Long ago there were locking / blocking problems with the SELECT INTO statement. That’s not the case anymore and for AdHoc operations and investigation of data SELECT INTO is very helpful.
If you’re not aware of what SELECT INTO is or its benefits here’s an example:
SELECT City, COUNT(1) as CNT
INTO #MyDuplicateCities
FROM Person.Address
GROUP BY City
HAVING COUNT(1) > 1
This query for AdventureWorks will dump all of its results into a table named #MyDuplicateCities. Note that there is no CREATE TABLE statement. The INTO [tablename] will create the table for you.
Running this query a second time will result in failure if you haven’t dropped the #MyDuplicateCities table.
Using this syntax can be really helpful if you just need to do some quick and dirty cleanup; however, it should be avoided for stored procedures. Here’s why…
Have you ever tried to get an Estimated plan from a stored procedure and it results in an ERROR 208 Invalid object name?
When you’re attempting to get an estimated plan the query / stored procedure isn’t actually running. Since the DDL doesn’t exist SQL Server errors with a 208 message and cannot continue to analyze the statement.
Creating the DDL at the beginning of your procedure will always ensure that the estimated plan can be retrieved and as an added bonus the code will be easier to debug for someone that isn’t familiar with the data.
Summing up
Avoid using SELECT INTO for code you’re going to push to production for the following reasons:
- It can make estimated plans fail.
- It’s slightly harder to debug or modify since the schema isn’t easily shown.

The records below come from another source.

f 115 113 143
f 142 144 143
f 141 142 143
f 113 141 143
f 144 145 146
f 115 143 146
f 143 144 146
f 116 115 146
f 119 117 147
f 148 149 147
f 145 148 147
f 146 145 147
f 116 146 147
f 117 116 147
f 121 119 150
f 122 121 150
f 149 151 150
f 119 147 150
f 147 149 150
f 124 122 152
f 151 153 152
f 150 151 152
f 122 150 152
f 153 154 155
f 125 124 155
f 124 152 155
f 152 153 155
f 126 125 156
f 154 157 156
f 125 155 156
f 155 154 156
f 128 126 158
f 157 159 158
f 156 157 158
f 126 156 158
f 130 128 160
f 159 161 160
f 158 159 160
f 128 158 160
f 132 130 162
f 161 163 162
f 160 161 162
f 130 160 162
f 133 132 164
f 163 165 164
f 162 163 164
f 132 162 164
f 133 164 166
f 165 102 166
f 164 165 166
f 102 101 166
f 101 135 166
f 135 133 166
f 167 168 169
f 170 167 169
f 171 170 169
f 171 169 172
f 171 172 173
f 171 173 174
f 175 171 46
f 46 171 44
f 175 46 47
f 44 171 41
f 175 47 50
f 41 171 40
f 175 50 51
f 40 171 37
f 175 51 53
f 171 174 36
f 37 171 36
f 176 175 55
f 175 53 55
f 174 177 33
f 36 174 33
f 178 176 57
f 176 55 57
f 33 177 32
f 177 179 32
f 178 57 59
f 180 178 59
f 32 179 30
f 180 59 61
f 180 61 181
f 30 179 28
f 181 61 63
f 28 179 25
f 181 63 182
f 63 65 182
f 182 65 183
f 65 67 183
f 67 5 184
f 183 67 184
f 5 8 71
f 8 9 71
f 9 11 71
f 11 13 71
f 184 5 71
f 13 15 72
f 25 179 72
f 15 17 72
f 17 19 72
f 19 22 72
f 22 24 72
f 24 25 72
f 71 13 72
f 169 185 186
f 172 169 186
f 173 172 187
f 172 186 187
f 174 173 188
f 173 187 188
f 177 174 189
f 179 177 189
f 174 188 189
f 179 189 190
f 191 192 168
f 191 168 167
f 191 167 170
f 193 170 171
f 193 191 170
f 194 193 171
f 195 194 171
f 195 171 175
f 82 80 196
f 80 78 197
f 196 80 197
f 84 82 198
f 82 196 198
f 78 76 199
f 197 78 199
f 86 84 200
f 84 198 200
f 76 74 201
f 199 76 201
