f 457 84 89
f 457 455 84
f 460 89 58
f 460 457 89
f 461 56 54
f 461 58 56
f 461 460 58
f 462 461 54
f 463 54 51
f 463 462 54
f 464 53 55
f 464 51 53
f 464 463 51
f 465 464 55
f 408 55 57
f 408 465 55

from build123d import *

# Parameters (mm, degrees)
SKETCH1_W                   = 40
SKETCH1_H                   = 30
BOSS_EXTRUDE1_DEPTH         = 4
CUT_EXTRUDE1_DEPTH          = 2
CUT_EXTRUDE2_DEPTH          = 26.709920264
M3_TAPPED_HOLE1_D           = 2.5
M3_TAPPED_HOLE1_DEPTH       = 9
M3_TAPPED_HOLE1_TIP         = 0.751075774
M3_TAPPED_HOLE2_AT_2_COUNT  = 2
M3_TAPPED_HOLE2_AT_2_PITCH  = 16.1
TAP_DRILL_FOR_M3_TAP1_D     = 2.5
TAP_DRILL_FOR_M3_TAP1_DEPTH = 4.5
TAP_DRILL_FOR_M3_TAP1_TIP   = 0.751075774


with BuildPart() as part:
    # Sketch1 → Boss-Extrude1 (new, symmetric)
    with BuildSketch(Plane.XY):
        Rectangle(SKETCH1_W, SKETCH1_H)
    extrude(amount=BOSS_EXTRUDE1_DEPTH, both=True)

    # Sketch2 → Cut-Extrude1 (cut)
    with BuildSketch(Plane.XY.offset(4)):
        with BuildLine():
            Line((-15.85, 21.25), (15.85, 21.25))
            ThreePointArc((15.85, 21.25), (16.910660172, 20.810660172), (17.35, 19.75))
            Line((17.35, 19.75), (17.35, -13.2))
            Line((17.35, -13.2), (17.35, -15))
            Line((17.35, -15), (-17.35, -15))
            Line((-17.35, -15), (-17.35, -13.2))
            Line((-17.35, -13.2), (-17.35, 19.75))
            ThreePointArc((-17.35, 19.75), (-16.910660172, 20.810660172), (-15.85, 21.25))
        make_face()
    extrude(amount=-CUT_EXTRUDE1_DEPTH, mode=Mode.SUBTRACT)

Be lazy and efficient when investigating data. For code that you’re not going to reuse SELECT INTO is a champ. It’s faster than building the typing the CREATE TABLE statement and works just as well for AdHoc scenarios.
*Update for Mr Ozar*
When I originally wrote this post I thought I did include a counter point or at least some mention of parallelism for SELECT INTO as a benefit. I think it’s easy to say that in the world of SQL Server “It depends.” and this is always why a talking point like this has two sides and both are valid. I typically always select the highest performing path. I think it’s up to you, the reader, to decide which is best for your environment. Given the new Parallel Insert operation in SQL Server 2016, I’d say why not create your temp table first and have the best of both worlds?